What is expected. Only these lines of the data below are wanted: the one with "#144=AXIS2_PLACEMENT_3D('',#99,#17,#39);", the one with "#170=ORIENTED_EDGE('',*,*,#169,.F.);", and any lines between them, each repeated exactly.

Data.
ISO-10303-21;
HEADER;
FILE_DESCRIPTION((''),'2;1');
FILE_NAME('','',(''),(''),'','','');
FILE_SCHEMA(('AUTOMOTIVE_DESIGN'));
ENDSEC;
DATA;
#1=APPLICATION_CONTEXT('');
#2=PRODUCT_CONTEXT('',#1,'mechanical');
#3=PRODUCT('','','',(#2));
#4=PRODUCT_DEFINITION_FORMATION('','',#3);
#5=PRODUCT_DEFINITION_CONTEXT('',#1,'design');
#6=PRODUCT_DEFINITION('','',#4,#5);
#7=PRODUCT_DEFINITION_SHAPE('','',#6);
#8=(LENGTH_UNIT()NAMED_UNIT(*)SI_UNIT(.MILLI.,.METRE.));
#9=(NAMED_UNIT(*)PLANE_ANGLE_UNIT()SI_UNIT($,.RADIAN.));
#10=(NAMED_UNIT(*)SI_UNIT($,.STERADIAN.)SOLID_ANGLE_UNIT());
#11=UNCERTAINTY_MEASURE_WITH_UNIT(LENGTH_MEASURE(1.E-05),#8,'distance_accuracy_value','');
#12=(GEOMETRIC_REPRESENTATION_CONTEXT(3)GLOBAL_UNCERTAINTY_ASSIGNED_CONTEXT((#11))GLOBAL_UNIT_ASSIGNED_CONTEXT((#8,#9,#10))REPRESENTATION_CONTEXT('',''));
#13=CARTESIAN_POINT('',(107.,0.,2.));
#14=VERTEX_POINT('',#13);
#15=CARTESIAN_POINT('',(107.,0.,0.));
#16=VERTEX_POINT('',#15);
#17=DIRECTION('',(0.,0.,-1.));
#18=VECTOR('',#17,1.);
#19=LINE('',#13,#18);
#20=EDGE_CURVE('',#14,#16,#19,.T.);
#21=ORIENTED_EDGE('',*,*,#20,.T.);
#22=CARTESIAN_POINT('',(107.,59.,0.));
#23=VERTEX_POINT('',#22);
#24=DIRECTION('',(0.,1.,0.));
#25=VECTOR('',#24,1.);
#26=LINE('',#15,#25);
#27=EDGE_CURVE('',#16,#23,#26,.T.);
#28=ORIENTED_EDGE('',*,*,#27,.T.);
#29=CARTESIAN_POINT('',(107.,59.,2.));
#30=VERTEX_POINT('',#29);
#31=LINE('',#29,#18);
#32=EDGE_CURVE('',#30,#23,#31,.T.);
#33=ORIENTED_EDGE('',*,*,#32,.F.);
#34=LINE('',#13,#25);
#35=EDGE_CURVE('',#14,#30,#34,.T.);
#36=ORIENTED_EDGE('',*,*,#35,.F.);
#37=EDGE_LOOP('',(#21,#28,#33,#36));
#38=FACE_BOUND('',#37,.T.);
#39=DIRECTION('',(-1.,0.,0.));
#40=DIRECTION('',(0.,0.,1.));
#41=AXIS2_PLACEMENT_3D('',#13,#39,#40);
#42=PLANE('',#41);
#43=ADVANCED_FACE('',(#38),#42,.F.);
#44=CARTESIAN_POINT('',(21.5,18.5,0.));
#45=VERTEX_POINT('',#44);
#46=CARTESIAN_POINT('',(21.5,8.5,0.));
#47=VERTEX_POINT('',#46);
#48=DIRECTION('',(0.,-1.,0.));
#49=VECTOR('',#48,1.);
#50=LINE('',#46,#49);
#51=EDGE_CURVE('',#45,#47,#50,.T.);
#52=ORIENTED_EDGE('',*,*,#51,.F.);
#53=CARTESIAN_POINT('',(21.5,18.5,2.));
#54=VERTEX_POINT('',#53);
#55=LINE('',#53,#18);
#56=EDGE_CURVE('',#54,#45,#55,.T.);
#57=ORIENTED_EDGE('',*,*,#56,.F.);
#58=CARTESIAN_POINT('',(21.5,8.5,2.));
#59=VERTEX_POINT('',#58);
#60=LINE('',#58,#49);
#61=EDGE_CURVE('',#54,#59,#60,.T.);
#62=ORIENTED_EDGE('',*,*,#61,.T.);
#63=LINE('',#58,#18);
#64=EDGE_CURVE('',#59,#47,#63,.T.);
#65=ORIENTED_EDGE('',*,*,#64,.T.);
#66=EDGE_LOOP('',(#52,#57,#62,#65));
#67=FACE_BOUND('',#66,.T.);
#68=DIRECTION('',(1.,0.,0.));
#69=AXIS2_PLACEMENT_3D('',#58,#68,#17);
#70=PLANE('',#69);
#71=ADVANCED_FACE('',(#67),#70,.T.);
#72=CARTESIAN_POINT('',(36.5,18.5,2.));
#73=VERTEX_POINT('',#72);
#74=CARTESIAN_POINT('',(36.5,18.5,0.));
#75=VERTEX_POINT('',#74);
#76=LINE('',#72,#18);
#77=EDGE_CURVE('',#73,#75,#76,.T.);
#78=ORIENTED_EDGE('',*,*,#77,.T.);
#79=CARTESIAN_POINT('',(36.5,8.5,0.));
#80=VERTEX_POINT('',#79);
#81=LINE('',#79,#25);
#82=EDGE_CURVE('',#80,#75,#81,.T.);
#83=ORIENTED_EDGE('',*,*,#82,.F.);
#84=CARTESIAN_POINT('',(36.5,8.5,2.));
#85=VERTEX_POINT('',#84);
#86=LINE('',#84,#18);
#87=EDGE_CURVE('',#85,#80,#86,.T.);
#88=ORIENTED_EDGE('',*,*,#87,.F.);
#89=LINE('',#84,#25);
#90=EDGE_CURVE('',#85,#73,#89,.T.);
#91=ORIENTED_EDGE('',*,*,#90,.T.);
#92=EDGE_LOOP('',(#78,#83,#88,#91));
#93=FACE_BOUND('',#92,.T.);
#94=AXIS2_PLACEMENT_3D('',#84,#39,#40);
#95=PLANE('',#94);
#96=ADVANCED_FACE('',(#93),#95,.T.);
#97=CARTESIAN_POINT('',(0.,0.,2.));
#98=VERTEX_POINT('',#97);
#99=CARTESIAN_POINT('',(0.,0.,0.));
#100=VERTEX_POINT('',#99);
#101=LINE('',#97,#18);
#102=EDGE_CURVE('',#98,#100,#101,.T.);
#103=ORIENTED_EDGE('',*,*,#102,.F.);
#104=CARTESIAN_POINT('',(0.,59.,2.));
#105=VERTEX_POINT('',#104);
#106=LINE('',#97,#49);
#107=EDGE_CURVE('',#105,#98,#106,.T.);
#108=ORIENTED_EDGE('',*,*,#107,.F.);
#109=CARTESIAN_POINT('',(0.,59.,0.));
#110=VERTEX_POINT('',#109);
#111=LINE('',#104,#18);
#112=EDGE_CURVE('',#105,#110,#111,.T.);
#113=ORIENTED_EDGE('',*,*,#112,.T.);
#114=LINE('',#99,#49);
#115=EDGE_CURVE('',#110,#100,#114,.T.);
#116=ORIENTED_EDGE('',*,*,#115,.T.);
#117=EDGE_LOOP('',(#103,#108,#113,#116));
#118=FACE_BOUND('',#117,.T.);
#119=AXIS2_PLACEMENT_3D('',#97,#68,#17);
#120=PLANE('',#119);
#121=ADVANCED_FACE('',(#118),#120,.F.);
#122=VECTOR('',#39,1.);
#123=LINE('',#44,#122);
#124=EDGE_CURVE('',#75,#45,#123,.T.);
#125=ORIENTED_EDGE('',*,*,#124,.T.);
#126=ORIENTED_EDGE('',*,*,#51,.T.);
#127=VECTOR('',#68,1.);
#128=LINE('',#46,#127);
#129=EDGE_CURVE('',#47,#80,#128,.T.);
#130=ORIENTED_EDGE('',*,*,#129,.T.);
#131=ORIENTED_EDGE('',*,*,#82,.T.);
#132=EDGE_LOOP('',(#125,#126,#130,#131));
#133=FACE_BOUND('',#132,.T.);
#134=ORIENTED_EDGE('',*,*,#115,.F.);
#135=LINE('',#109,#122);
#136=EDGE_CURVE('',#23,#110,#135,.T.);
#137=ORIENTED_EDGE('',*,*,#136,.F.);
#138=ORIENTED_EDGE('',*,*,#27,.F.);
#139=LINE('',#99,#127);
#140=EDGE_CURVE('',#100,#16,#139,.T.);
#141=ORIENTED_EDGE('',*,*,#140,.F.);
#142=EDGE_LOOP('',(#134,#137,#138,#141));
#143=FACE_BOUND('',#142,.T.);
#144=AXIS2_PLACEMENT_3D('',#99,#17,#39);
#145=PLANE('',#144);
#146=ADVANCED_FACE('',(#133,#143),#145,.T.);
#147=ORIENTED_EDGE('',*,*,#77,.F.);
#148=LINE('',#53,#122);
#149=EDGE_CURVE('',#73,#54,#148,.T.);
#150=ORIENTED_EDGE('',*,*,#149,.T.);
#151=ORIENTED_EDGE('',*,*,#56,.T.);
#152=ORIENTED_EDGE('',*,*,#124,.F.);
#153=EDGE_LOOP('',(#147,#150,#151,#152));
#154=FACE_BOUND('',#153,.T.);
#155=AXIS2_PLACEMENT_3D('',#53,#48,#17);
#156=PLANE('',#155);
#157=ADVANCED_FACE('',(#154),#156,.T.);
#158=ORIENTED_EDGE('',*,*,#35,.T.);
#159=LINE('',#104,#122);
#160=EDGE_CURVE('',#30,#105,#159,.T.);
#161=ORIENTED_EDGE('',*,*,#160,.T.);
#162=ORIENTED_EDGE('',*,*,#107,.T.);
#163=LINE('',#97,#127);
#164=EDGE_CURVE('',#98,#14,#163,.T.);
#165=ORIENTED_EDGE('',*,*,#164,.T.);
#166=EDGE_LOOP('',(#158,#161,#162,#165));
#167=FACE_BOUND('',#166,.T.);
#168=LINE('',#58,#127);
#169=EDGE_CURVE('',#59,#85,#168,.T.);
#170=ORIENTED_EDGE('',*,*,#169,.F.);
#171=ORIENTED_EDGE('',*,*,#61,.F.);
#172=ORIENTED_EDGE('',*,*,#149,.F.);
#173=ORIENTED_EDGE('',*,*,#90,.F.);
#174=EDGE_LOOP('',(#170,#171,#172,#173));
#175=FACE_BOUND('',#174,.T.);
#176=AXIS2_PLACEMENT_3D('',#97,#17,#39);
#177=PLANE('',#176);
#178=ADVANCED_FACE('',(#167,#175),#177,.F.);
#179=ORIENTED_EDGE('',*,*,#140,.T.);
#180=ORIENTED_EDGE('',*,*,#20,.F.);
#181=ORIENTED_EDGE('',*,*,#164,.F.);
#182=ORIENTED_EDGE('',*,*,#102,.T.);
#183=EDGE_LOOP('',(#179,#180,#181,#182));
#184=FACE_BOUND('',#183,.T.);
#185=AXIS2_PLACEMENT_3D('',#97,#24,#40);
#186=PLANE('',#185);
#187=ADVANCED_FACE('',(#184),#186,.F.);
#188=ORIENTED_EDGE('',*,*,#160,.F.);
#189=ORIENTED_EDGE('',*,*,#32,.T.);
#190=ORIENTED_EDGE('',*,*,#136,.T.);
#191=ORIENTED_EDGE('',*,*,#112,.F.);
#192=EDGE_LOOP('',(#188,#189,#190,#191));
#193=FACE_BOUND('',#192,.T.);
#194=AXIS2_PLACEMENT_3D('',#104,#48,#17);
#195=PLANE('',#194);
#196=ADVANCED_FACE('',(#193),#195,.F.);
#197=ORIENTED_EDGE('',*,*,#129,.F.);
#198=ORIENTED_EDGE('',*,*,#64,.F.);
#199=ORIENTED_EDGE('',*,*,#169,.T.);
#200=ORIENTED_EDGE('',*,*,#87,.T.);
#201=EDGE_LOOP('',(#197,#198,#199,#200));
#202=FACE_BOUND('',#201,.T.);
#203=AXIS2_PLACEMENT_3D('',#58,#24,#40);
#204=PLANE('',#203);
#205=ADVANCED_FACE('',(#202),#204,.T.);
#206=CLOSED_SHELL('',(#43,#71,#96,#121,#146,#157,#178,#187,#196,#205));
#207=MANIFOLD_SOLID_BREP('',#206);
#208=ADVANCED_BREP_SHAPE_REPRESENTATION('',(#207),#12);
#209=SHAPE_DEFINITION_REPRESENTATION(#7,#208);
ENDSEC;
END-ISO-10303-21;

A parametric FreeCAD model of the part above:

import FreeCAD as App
import Part
import Sketcher

V = App.Vector

doc = App.newDocument("Part")
body = doc.addObject("PartDesign::Body", "Body")

sketch1 = body.newObject("Sketcher::SketchObject", "Sketch")
sketch1.AttachmentSupport = (doc.getObject("XY_Plane"), [""])
sketch1.MapMode = "FlatFace"
sketch1.addGeometry(Part.LineSegment(V(0, 59, 0), V(0, 0, 0)), False)
sketch1.addGeometry(Part.LineSegment(V(0, 0, 0), V(107, 0, 0)), False)
sketch1.addGeometry(Part.LineSegment(V(107, 0, 0), V(107, 59, 0)), False)
sketch1.addGeometry(Part.LineSegment(V(107, 59, 0), V(0, 59, 0)), False)
sketch1.addGeometry(Part.LineSegment(V(36.5, 8.5, 0), V(21.5, 8.5, 0)), False)
sketch1.addGeometry(Part.LineSegment(V(21.5, 8.5, 0), V(21.5, 18.5, 0)), False)
sketch1.addGeometry(Part.LineSegment(V(21.5, 18.5, 0), V(36.5, 18.5, 0)), False)
sketch1.addGeometry(Part.LineSegment(V(36.5, 18.5, 0), V(36.5, 8.5, 0)), False)
sketch1.addConstraint(Sketcher.Constraint("Coincident", 0, 2, 1, 1))
sketch1.addConstraint(Sketcher.Constraint("Coincident", 1, 2, 2, 1))
sketch1.addConstraint(Sketcher.Constraint("Coincident", 2, 2, 3, 1))
sketch1.addConstraint(Sketcher.Constraint("Coincident", 3, 2, 0, 1))
sketch1.addConstraint(Sketcher.Constraint("Coincident", 4, 2, 5, 1))
sketch1.addConstraint(Sketcher.Constraint("Coincident", 5, 2, 6, 1))
sketch1.addConstraint(Sketcher.Constraint("Coincident", 6, 2, 7, 1))
sketch1.addConstraint(Sketcher.Constraint("Coincident", 7, 2, 4, 1))
sketch1.addConstraint(Sketcher.Constraint("Vertical", 0))
sketch1.addConstraint(Sketcher.Constraint("Horizontal", 1))
sketch1.addConstraint(Sketcher.Constraint("Vertical", 2))
sketch1.addConstraint(Sketcher.Constraint("Horizontal", 3))
sketch1.addConstraint(Sketcher.Constraint("Horizontal", 4))
sketch1.addConstraint(Sketcher.Constraint("Vertical", 5))
sketch1.addConstraint(Sketcher.Constraint("Horizontal", 6))
sketch1.addConstraint(Sketcher.Constraint("Vertical", 7))
sketch1.addConstraint(Sketcher.Constraint("Coincident", 0, 2, -1, 1))
sketch1.addConstraint(Sketcher.Constraint("DistanceX", 1, 1, 1, 2, 107.0))
sketch1.addConstraint(Sketcher.Constraint("DistanceX", 4, 2, 4, 1, 15.0))
sketch1.addConstraint(Sketcher.Constraint("DistanceY", 0, 2, 0, 1, 59.0))
sketch1.addConstraint(Sketcher.Constraint("DistanceY", 5, 1, 5, 2, 10.0))
sketch1.addConstraint(Sketcher.Constraint("DistanceX", -1, 1, 4, 2, 21.5))
sketch1.addConstraint(Sketcher.Constraint("DistanceY", -1, 1, 4, 2, 8.5))
pad1 = body.newObject("PartDesign::Pad", "Pad")
pad1.Profile = sketch1
pad1.Length = 2

doc.recompute()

Answer to the problem.
#144=AXIS2_PLACEMENT_3D('',#99,#17,#39);
#145=PLANE('',#144);
#146=ADVANCED_FACE('',(#133,#143),#145,.T.);
#147=ORIENTED_EDGE('',*,*,#77,.F.);
#148=LINE('',#53,#122);
#149=EDGE_CURVE('',#73,#54,#148,.T.);
#150=ORIENTED_EDGE('',*,*,#149,.T.);
#151=ORIENTED_EDGE('',*,*,#56,.T.);
#152=ORIENTED_EDGE('',*,*,#124,.F.);
#153=EDGE_LOOP('',(#147,#150,#151,#152));
#154=FACE_BOUND('',#153,.T.);
#155=AXIS2_PLACEMENT_3D('',#53,#48,#17);
#156=PLANE('',#155);
#157=ADVANCED_FACE('',(#154),#156,.T.);
#158=ORIENTED_EDGE('',*,*,#35,.T.);
#159=LINE('',#104,#122);
#160=EDGE_CURVE('',#30,#105,#159,.T.);
#161=ORIENTED_EDGE('',*,*,#160,.T.);
#162=ORIENTED_EDGE('',*,*,#107,.T.);
#163=LINE('',#97,#127);
#164=EDGE_CURVE('',#98,#14,#163,.T.);
#165=ORIENTED_EDGE('',*,*,#164,.T.);
#166=EDGE_LOOP('',(#158,#161,#162,#165));
#167=FACE_BOUND('',#166,.T.);
#168=LINE('',#58,#127);
#169=EDGE_CURVE('',#59,#85,#168,.T.);
#170=ORIENTED_EDGE('',*,*,#169,.F.);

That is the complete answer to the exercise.